Le 16 août dernier, une foule de plusieurs milliers d'extrémistes a attaqué le quartier chrétien de la ville de Jaranwala (Pakistan), détruisant à l’acide puis au feu une vingtaine d’églises et des dizaines d’habitations. La police a arrêté 160 personnes ayant participé à l’attaque, et l’État a versé deux millions de roupies (6.200 euros) aux victimes, au nombre d’une centaine de familles. Mais leur reconstruction physique, psychologique et spirituelle sera longue et difficile, tant le traumatisme est profond.

Des scènes de guerre 

Des partenaires de Portes Ouvertes sont allés sur place pour recueillir la parole des survivants. Ils décrivent des scènes de guerre. Rehana Bibi (pseudonyme) raconte: «Certains ont fui la ville en voiture, en moto ou en bus. Mais la plupart d’entre nous se sont enfuis dans les champs de canne à sucre. Il faisait sombre, c’était dangereux, mais c’était le seul endroit qu’il nous restait. Et nous n’avions aucun espoir de revenir chez nous puisque des flammes s’élevaient dans l’air, devenu opaque au-dessus de nos têtes. Nous regardions, assis, désespérés, et essayions de protéger nos bébés avec nos propres corps.» Pour Rahid, qui travaille dans ces plantations:

«C’était terriblement traumatisant. Ils (les extrémistes) menacent tout, même notre dignité.»

Accusation de blasphème

À l’origine de la folie destructrice de la foule, une accusation portée contre deux chrétiens qui auraient arraché deux pages d’un coran. La foule s’est alors mise en mouvement, rythmée par quatre vagues de déferlement successif: «Un premier groupe d’hommes courait pour casser les portes, suivi d’un deuxième qui aspergeait tout d’acide. Un troisième arrivait pour emporter tout ce qui pouvait encore être vendu, puis un quatrième venait récupérer tout ce qui pouvait encore rester», raconte un témoin. Il précise: 

«Cet acte terrifiant avait pour objectif de répandre la terreur parmi tous les chrétiens de Jaranwala et du Pakistan.»

Dans cette ville de 120.000 habitants, on compte seulement 5.000 chrétiens. Aujourd’hui, les églises y sont détruites, les croix réduites en morceaux, un cimetière a été profané. Des colonnes de bibles empilées les unes sur les autres ont été brûlées. Le tout formait un brasier toujours actif, trente heures après avoir été allumé! 

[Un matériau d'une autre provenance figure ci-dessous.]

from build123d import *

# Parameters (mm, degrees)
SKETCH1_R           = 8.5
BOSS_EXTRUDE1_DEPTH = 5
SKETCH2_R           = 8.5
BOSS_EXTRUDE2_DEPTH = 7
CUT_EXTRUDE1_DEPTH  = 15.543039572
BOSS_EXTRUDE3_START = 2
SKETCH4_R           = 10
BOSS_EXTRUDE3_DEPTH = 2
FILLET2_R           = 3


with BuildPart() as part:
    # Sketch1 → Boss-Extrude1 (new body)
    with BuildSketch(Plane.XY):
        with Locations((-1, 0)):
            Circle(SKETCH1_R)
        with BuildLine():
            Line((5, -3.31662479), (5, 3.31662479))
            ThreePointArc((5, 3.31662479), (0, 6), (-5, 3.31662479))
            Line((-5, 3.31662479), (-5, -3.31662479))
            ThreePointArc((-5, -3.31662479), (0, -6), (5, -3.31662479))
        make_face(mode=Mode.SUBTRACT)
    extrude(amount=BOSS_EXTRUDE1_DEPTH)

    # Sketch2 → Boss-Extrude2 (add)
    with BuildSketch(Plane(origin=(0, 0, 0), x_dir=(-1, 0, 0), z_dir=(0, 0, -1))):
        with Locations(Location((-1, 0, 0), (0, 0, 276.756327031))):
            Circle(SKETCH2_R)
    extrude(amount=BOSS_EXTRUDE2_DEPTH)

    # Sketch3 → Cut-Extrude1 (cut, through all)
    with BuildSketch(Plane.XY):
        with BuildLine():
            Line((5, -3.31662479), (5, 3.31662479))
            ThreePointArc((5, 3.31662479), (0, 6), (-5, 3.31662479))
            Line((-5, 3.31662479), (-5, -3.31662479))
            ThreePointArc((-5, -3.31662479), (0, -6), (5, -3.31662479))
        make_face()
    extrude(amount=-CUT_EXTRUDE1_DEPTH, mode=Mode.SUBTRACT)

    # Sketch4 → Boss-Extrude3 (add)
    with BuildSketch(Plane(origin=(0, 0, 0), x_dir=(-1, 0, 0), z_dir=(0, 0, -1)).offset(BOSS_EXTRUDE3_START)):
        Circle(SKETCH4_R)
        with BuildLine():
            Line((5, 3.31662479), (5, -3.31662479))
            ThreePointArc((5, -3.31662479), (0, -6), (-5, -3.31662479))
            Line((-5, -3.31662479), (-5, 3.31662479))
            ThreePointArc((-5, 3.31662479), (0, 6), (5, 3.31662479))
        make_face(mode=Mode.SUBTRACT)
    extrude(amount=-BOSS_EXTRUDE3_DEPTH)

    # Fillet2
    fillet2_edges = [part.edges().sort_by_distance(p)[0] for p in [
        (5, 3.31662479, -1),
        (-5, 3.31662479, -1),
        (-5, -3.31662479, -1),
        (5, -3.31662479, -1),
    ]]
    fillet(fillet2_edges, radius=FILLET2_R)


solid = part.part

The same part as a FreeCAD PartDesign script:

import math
import FreeCAD as App
import Part
import Sketcher


def edges_at(feature, points):
    """Names of the edges that pass closest to the given points."""
    edges = feature.Shape.Edges
    near = lambda p: min(range(len(edges)), key=lambda i: edges[i].distToShape(Part.Vertex(*p))[0])
    return sorted({f"Edge{near(p) + 1}" for p in points})

doc = App.newDocument("Part")
body = doc.addObject("PartDesign::Body", "Body")

# Sketch on XY plane
sketch1 = body.newObject("Sketcher::SketchObject", "Sketch")
sketch1.AttachmentSupport = (doc.getObject("XY_Plane"), [""])
sketch1.MapMode = "FlatFace"
sketch1.addGeometry(Part.Circle(App.Vector(-1, 0, 0), App.Vector(0, 0, 1), 8), False)
sketch1.addGeometry(Part.LineSegment(App.Vector(5, 3, 0), App.Vector(5, -3, 0)), False)
sketch1.addGeometry(Part.ArcOfCircle(Part.Circle(App.Vector(0, 0, 0), App.Vector(0, 0, 1), 6), math.radians(-146), math.radians(-34)), False)
sketch1.addGeometry(Part.LineSegment(App.Vector(-5, -3, 0), App.Vector(-5, 3, 0)), False)
sketch1.addGeometry(Part.ArcOfCircle(Part.Circle(App.Vector(0, 0, 0), App.Vector(0, 0, 1), 6), math.radians(34), math.radians(146)), False)
sketch1.addConstraint(Sketcher.Constraint("Coincident", 1, 2, 2, 2))
sketch1.addConstraint(Sketcher.Constraint("Coincident", 2, 1, 3, 1))
sketch1.addConstraint(Sketcher.Constraint("Coincident", 3, 2, 4, 2))
sketch1.addConstraint(Sketcher.Constraint("Coincident", 4, 1, 1, 1))
sketch1.addConstraint(Sketcher.Constraint("Vertical", 1))
sketch1.addConstraint(Sketcher.Constraint("Vertical", 3))
sketch1.addConstraint(Sketcher.Constraint("Coincident", 2, 3, -1, 1))
sketch1.addConstraint(Sketcher.Constraint("Coincident", 4, 3, -1, 1))
sketch1.addConstraint(Sketcher.Constraint("Equal", 2, 4))
sketch1.addConstraint(Sketcher.Constraint("PointOnObject", 0, 3, -1))
sketch1.addConstraint(Sketcher.Constraint("Horizontal", 1, 2, 2, 1))
sketch1.addConstraint(Sketcher.Constraint("Diameter", 0, 17.0))
sketch1.addConstraint(Sketcher.Constraint("Radius", 2, 6.0))
sketch1.addConstraint(Sketcher.Constraint("DistanceX", 0, 3, -1, 1, 1.0))
sketch1.addConstraint(Sketcher.Constraint("DistanceX", -1, 1, 1, 2, 5.0))
pad1 = body.newObject("PartDesign::Pad", "Pad")
pad1.Profile = sketch1
pad1.Length = 5

# Sketch on XY plane
sketch2 = body.newObject("Sketcher::SketchObject", "Sketch001")
sketch2.AttachmentSupport = (doc.getObject("XY_Plane"), [""])
sketch2.MapMode = "FlatFace"
sketch2.addGeometry(Part.Circle(App.Vector(1, 0, 0), App.Vector(0, 0, 1), 8), False)
sketch2.addConstraint(Sketcher.Constraint("PointOnObject", 0, 3, -1))
sketch2.addConstraint(Sketcher.Constraint("Diameter", 0, 17.0))
sketch2.addConstraint(Sketcher.Constraint("DistanceX", -1, 1, 0, 3, 1.0))
pad2 = body.newObject("PartDesign::Pad", "Pad001")
pad2.Profile = sketch2
pad2.Length = 7
pad2.Reversed = True

# Sketch on XY plane
sketch3 = body.newObject("Sketcher::SketchObject", "Sketch002")
sketch3.AttachmentSupport = (doc.getObject("XY_Plane"), [""])
sketch3.MapMode = "FlatFace"
sketch3.addGeometry(Part.LineSegment(App.Vector(5, -3, 0), App.Vector(5, 3, 0)), False)
sketch3.addGeometry(Part.ArcOfCircle(Part.Circle(App.Vector(0, 0, 0), App.Vector(0, 0, 1), 6), math.radians(34), math.radians(146)), False)
sketch3.addGeometry(Part.LineSegment(App.Vector(-5, 3, 0), App.Vector(-5, -3, 0)), False)
sketch3.addGeometry(Part.ArcOfCircle(Part.Circle(App.Vector(0, 0, 0), App.Vector(0, 0, 1), 6), math.radians(-146), math.radians(-34)), False)
sketch3.addConstraint(Sketcher.Constraint("Coincident", 0, 2, 1, 1))
sketch3.addConstraint(Sketcher.Constraint("Coincident", 1, 2, 2, 1))
sketch3.addConstraint(Sketcher.Constraint("Coincident", 2, 2, 3, 1))
sketch3.addConstraint(Sketcher.Constraint("Coincident", 3, 2, 0, 1))
sketch3.addConstraint(Sketcher.Constraint("Vertical", 0))
sketch3.addConstraint(Sketcher.Constraint("Vertical", 2))
sketch3.addConstraint(Sketcher.Constraint("Coincident", 1, 3, -1, 1))
sketch3.addConstraint(Sketcher.Constraint("Coincident", 3, 3, -1, 1))
sketch3.addConstraint(Sketcher.Constraint("Equal", 1, 3))
sketch3.addConstraint(Sketcher.Constraint("Horizontal", 0, 2, 1, 2))
sketch3.addConstraint(Sketcher.Constraint("Radius", 1, 6.0))
sketch3.addConstraint(Sketcher.Constraint("DistanceX", -1, 1, 0, 2, 5.0))
pocket1 = body.newObject("PartDesign::Pocket", "Pocket")
pocket1.Profile = sketch3
pocket1.Type = "ThroughAll"

# Sketch on XY plane
sketch4 = body.newObject("Sketcher::SketchObject", "Sketch003")
sketch4.AttachmentSupport = (doc.getObject("XY_Plane"), [""])
sketch4.MapMode = "FlatFace"
sketch4.AttachmentOffset = App.Placement(App.Vector(0, 0, -2), App.Rotation())
sketch4.addGeometry(Part.Circle(App.Vector(0, 0, 0), App.Vector(0, 0, 1), 10), False)
sketch4.addGeometry(Part.ArcOfCircle(Part.Circle(App.Vector(0, 0, 0), App.Vector(0, 0, 1), 6), math.radians(34), math.radians(146)), False)
sketch4.addGeometry(Part.LineSegment(App.Vector(-5, 3, 0), App.Vector(-5, -3, 0)), False)
sketch4.addGeometry(Part.ArcOfCircle(Part.Circle(App.Vector(0, 0, 0), App.Vector(0, 0, 1), 6), math.radians(-146), math.radians(-34)), False)
sketch4.addGeometry(Part.LineSegment(App.Vector(5, -3, 0), App.Vector(5, 3, 0)), False)
sketch4.addConstraint(Sketcher.Constraint("Coincident", 1, 2, 2, 1))
sketch4.addConstraint(Sketcher.Constraint("Coincident", 2, 2, 3, 1))
sketch4.addConstraint(Sketcher.Constraint("Coincident", 3, 2, 4, 1))
sketch4.addConstraint(Sketcher.Constraint("Coincident", 4, 2, 1, 1))
sketch4.addConstraint(Sketcher.Constraint("Vertical", 2))
sketch4.addConstraint(Sketcher.Constraint("Vertical", 4))
sketch4.addConstraint(Sketcher.Constraint("Coincident", 0, 3, -1, 1))
sketch4.addConstraint(Sketcher.Constraint("Coincident", 1, 3, -1, 1))
sketch4.addConstraint(Sketcher.Constraint("Coincident", 3, 3, -1, 1))
sketch4.addConstraint(Sketcher.Constraint("Equal", 1, 3))
sketch4.addConstraint(Sketcher.Constraint("Horizontal", 2, 2, 3, 2))
sketch4.addConstraint(Sketcher.Constraint("Diameter", 0, 20.0))
sketch4.addConstraint(Sketcher.Constraint("Radius", 1, 6.0))
sketch4.addConstraint(Sketcher.Constraint("DistanceX", 1, 2, -1, 1, 5.0))
pad3 = body.newObject("PartDesign::Pad", "Pad002")
pad3.Profile = sketch4
pad3.Length = 2
doc.recompute()

fillet = body.newObject("PartDesign::Fillet", "Fillet")
fillet.Base = (pad3, edges_at(pad3, [
    (5, 3.317, -1),
    (-5, 3.317, -1),
    (-5, -3.317, -1),
    (5, -3.317, -1),
]))
fillet.Radius = 3

doc.recompute()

Debout au milieu de cette scène de désolation, Serena, une chrétienne locale, serre contre son cœur un morceau de croix: «Ils ne connaissent pas notre secret. Cette croix se trouve ici», affirme-t-elle en montrant sa poitrine. 

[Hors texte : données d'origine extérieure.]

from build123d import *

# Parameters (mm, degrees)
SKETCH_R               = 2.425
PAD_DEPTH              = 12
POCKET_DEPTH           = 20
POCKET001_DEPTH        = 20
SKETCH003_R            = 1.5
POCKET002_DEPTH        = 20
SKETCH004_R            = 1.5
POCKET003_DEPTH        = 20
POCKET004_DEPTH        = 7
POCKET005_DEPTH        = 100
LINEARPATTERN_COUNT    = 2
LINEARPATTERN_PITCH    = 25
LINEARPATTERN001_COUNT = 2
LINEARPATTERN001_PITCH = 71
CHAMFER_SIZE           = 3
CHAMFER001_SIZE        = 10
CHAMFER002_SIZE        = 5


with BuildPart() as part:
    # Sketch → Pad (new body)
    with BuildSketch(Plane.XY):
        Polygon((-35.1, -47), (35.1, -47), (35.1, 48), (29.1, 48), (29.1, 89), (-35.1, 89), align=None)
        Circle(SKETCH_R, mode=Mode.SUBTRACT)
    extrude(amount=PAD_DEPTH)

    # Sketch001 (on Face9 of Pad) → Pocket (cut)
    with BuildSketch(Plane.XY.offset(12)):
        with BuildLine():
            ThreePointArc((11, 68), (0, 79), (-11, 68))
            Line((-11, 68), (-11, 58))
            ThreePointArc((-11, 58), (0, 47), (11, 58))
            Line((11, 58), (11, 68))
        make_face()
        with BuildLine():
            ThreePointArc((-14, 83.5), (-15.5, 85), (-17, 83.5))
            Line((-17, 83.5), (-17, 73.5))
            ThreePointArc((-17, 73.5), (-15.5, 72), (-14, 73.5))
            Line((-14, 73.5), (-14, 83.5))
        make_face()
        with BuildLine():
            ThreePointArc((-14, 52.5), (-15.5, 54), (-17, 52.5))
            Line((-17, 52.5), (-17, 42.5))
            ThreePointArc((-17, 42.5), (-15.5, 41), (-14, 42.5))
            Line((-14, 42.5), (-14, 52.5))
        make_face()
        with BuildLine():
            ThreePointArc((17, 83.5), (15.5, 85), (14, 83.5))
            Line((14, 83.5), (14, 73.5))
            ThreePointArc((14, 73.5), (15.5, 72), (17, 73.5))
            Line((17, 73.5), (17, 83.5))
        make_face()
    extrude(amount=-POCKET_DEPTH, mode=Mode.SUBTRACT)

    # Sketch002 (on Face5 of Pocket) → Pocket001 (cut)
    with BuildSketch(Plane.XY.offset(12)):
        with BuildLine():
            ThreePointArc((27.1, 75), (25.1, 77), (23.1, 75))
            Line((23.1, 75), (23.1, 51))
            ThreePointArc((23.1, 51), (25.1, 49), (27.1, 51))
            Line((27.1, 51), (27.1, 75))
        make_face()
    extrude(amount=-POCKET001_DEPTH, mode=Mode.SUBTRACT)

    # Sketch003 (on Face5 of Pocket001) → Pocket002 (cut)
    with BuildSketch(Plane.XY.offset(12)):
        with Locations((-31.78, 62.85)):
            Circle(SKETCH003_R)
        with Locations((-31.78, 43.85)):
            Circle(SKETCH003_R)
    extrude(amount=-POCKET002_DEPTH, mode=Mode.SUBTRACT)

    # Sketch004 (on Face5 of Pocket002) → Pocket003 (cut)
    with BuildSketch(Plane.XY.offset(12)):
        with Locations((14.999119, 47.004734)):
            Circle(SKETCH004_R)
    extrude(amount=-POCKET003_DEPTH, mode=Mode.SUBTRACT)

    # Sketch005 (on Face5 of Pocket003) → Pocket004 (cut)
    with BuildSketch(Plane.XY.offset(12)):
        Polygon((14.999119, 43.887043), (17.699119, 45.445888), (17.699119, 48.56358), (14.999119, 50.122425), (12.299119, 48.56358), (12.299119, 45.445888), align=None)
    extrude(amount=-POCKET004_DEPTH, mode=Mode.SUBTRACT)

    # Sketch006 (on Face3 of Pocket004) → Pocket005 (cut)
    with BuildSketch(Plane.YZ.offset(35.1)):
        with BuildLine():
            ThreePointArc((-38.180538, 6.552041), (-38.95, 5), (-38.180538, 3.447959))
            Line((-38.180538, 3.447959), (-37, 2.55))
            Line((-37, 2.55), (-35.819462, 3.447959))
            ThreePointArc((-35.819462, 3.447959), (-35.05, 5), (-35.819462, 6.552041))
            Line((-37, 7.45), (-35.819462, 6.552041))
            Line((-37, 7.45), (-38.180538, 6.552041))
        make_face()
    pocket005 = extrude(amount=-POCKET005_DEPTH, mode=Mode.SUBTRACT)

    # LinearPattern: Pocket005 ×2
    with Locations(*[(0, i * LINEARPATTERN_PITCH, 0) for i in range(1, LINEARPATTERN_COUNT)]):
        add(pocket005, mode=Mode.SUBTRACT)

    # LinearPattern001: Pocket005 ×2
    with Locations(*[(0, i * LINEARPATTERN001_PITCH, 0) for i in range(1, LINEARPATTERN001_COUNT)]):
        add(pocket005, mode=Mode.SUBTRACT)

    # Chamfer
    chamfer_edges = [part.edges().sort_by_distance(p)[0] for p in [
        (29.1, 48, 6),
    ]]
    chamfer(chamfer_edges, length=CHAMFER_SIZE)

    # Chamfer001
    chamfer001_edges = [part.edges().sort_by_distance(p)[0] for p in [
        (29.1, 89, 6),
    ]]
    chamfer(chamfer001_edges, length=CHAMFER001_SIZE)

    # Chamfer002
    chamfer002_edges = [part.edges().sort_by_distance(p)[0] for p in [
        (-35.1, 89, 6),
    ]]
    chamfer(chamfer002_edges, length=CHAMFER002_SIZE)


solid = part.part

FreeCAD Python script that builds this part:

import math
import FreeCAD as App
import Part
import Sketcher

V = App.Vector
Q = App.Units.Quantity


def edges_at(feature, points):
    """Names of the edges that pass closest to the given points."""
    edges = feature.Shape.Edges
    near = lambda p: min(range(len(edges)), key=lambda i: edges[i].distToShape(Part.Vertex(*p))[0])
    return sorted({f"Edge{near(p) + 1}" for p in points})

doc = App.newDocument("Part")
body = doc.addObject("PartDesign::Body", "Body")

sketch1 = doc.addObject("Sketcher::SketchObject", "Sketch")
body.addObject(sketch1)
sketch1.AttachmentSupport = (doc.XY_Plane, [""])
sketch1.MapMode = "FlatFace"
sketch1.addGeometry([
    Part.LineSegment(V(-35.1, -47, 0), V(35.1, -47, 0)),
    Part.LineSegment(V(35.1, -47, 0), V(35.1, 48, 0)),
    Part.LineSegment(V(35.1, 48, 0), V(29.1, 48, 0)),
    Part.LineSegment(V(29.1, 48, 0), V(29.1, 89, 0)),
    Part.LineSegment(V(29.1, 89, 0), V(-35.1, 89, 0)),
    Part.LineSegment(V(-35.1, 89, 0), V(-35.1, -47, 0)),
    Part.Circle(V(0, 0, 0), V(0, 0, 1), 2.4),
], False)
sketch1.addConstraint([
    Sketcher.Constraint("Coincident", 0, 2, 1, 1),
    Sketcher.Constraint("Coincident", 1, 2, 2, 1),
    Sketcher.Constraint("Coincident", 2, 2, 3, 1),
    Sketcher.Constraint("Coincident", 3, 2, 4, 1),
    Sketcher.Constraint("Coincident", 4, 2, 5, 1),
    Sketcher.Constraint("Coincident", 5, 2, 0, 1),
    Sketcher.Constraint("Horizontal", 0),
    Sketcher.Constraint("Vertical", 1),
    Sketcher.Constraint("Horizontal", 2),
    Sketcher.Constraint("Vertical", 3),
    Sketcher.Constraint("Horizontal", 4),
    Sketcher.Constraint("Vertical", 5),
    Sketcher.Constraint("Coincident", 6, 3, -1, 1),
    Sketcher.Constraint("Diameter", 6, 4.85),
    Sketcher.Constraint("DistanceX", 2, 2, 2, 1, 6.0),
    Sketcher.Constraint("DistanceY", 1, 1, 1, 2, 95.0),
    Sketcher.Constraint("DistanceY", 3, 1, 3, 2, 41.0),
    Sketcher.Constraint("DistanceX", 0, 1, 0, 2, 70.2),
    Sketcher.Constraint("DistanceY", 0, 2, -1, 1, 47.0),
    Sketcher.Constraint("DistanceX", -1, 1, 0, 2, 35.1),
])
pad1 = doc.addObject("PartDesign::Pad", "Pad")
body.addObject(pad1)
pad1.Profile = sketch1
pad1.Length = 12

Visages et regards hagards

Le plus incroyable est que, dès le dimanche suivant l’attaque, les chrétiens se tenaient au milieu des décombres. Ils étaient de nouveau réunis pour célébrer leur culte et adorer leur Dieu. De nombreux croyants ont d’ailleurs afflué du reste du pays en soutien, comme le pasteur Faryad (pseudonyme) par exemple. Il décrit des visages et des regards hagards, marqués par «le trouble et la terreur de ceux qui viennent de traverser les pires événements de leur vie.» Un autre chrétien présent ce jour-là précise: «La douleur de l’attaque remplissait leurs regards, leurs chants et leurs larmes à mesure qu’ils chantaient et qu’ils exprimaient la souffrance de ce qu’ils venaient de vivre.»

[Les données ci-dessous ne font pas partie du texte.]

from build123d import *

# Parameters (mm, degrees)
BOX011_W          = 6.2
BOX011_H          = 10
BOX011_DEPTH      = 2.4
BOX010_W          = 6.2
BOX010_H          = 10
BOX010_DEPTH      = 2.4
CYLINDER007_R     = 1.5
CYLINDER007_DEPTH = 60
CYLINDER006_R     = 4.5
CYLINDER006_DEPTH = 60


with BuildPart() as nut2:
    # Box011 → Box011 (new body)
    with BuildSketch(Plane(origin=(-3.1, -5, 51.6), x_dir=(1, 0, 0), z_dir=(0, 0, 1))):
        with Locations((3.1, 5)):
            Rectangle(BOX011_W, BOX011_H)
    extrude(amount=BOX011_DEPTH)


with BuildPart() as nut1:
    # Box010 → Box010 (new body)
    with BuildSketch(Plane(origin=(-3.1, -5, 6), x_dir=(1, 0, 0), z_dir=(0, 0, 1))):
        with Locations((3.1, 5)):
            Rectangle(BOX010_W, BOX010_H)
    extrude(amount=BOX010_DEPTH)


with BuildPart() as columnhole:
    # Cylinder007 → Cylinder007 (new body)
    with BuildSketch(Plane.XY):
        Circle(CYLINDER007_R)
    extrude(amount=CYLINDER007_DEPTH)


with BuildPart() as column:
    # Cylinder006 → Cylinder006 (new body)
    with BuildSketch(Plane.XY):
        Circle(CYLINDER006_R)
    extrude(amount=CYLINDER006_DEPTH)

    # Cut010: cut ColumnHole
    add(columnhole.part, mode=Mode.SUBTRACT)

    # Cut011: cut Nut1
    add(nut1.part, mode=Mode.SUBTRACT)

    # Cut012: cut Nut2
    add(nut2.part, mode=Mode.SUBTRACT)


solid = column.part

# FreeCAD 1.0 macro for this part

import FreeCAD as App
import Part
import Sketcher

V = App.Vector


def add_polygon(sketch, points):
    """Adds a closed chain of lines whose ends are joined by coincident constraints."""
    first, n = sketch.GeometryCount, len(points)
    for a, b in zip(points, points[1:] + points[:1]):
        sketch.addGeometry(Part.LineSegment(App.Vector(*a, 0), App.Vector(*b, 0)), False)
    for i in range(n):
        sketch.addConstraint(Sketcher.Constraint("Coincident", first + i, 2, first + (i + 1) % n, 1))

doc = App.newDocument("Part")
body = doc.addObject("PartDesign::Body", "Body")

# Sketch on XY plane
sketch1 = body.newObject("Sketcher::SketchObject", "Sketch")
sketch1.AttachmentSupport = (doc.getObject("XY_Plane"), [""])
sketch1.MapMode = "FlatFace"
sketch1.AttachmentOffset = App.Placement(V(0, 0, 51.6), App.Rotation())
add_polygon(sketch1, [(-3, 5), (-3, -5), (3, -5), (3, 5)])  # lines 0-3
sketch1.addConstraint([
    Sketcher.Constraint("Vertical", 0),
    Sketcher.Constraint("Horizontal", 1),
    Sketcher.Constraint("Vertical", 2),
    Sketcher.Constraint("Horizontal", 3),
    Sketcher.Constraint("Symmetric", 0, 2, 2, 2, -1, 1),
    Sketcher.Constraint("DistanceY", 0, 2, 0, 1, 10.0),
    Sketcher.Constraint("DistanceX", 1, 1, 1, 2, 6.2),
])
pad1 = body.newObject("PartDesign::Pad", "Pad")
pad1.Profile = sketch1
pad1.Length = 2.4
body2 = doc.addObject("PartDesign::Body", "Body001")

# Sketch on XY plane
sketch2 = body2.newObject("Sketcher::SketchObject", "Sketch001")
sketch2.AttachmentSupport = (doc.getObject("XY_Plane001"), [""])
sketch2.MapMode = "FlatFace"
sketch2.AttachmentOffset = App.Placement(V(0, 0, 6), App.Rotation())
add_polygon(sketch2, [(-3, 5), (-3, -5), (3, -5), (3, 5)])  # lines 0-3
sketch2.addConstraint([
    Sketcher.Constraint("Vertical", 0),
    Sketcher.Constraint("Horizontal", 1),
    Sketcher.Constraint("Vertical", 2),
    Sketcher.Constraint("Horizontal", 3),
    Sketcher.Constraint("Symmetric", 0, 2, 2, 2, -1, 1),
    Sketcher.Constraint("DistanceY", 0, 2, 0, 1, 10.0),
    Sketcher.Constraint("DistanceX", 1, 1, 1, 2, 6.2),
])
pad2 = body2.newObject("PartDesign::Pad", "Pad001")
pad2.Profile = sketch2
pad2.Length = 2.4
body3 = doc.addObject("PartDesign::Body", "Body002")

# Sketch on XY plane
sketch3 = body3.newObject("Sketcher::SketchObject", "Sketch002")
sketch3.AttachmentSupport = (doc.getObject("XY_Plane002"), [""])
sketch3.MapMode = "FlatFace"
sketch3.addGeometry(Part.Circle(V(0, 0, 0), V(0, 0, 1), 1.5), False)
sketch3.addConstraint([
    Sketcher.Constraint("Coincident", 0, 3, -1, 1),
    Sketcher.Constraint("Diameter", 0, 3.0),
])
pad3 = body3.newObject("PartDesign::Pad", "Pad002")
pad3.Profile = sketch3
pad3.Length = 60
body4 = doc.addObject("PartDesign::Body", "Body003")

# Sketch on XY plane
sketch4 = body4.newObject("Sketcher::SketchObject", "Sketch003")
sketch4.AttachmentSupport = (doc.getObject("XY_Plane003"), [""])
sketch4.MapMode = "FlatFace"
sketch4.addGeometry(Part.Circle(V(0, 0, 0), V(0, 0, 1), 4.5), False)
sketch4.addConstraint([
    Sketcher.Constraint("Coincident", 0, 3, -1, 1),
    Sketcher.Constraint("Diameter", 0, 9.0),
])
pad4 = body4.newObject("PartDesign::Pad", "Pad003")
pad4.Profile = sketch4
pad4.Length = 60
doc.recompute()

boolean = body4.newObject("PartDesign::Boolean", "Boolean")
boolean.Type = "Cut"
boolean.addObjects([body3])
doc.recompute()

boolean2 = body4.newObject("PartDesign::Boolean", "Boolean001")
boolean2.Type = "Cut"
boolean2.addObjects([body2])
doc.recompute()

boolean3 = body4.newObject("PartDesign::Boolean", "Boolean002")
boolean3.Type = "Cut"
boolean3.addObjects([body])

doc.recompute()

Les partenaires de Portes Ouvertes sur place s’inquiètent du syndrome de stress post-traumatique qui risque de se répandre dans les mois à venir: «l’anxiété, la dépression, la panique, la faim, la maladie et la consommation de substances illicites» en sont les symptômes. Ils nous invitent à prier pour que cette croix inscrite au fond du cœur des chrétiens de Jaranwala leur donne la résilience dont ils ont besoin.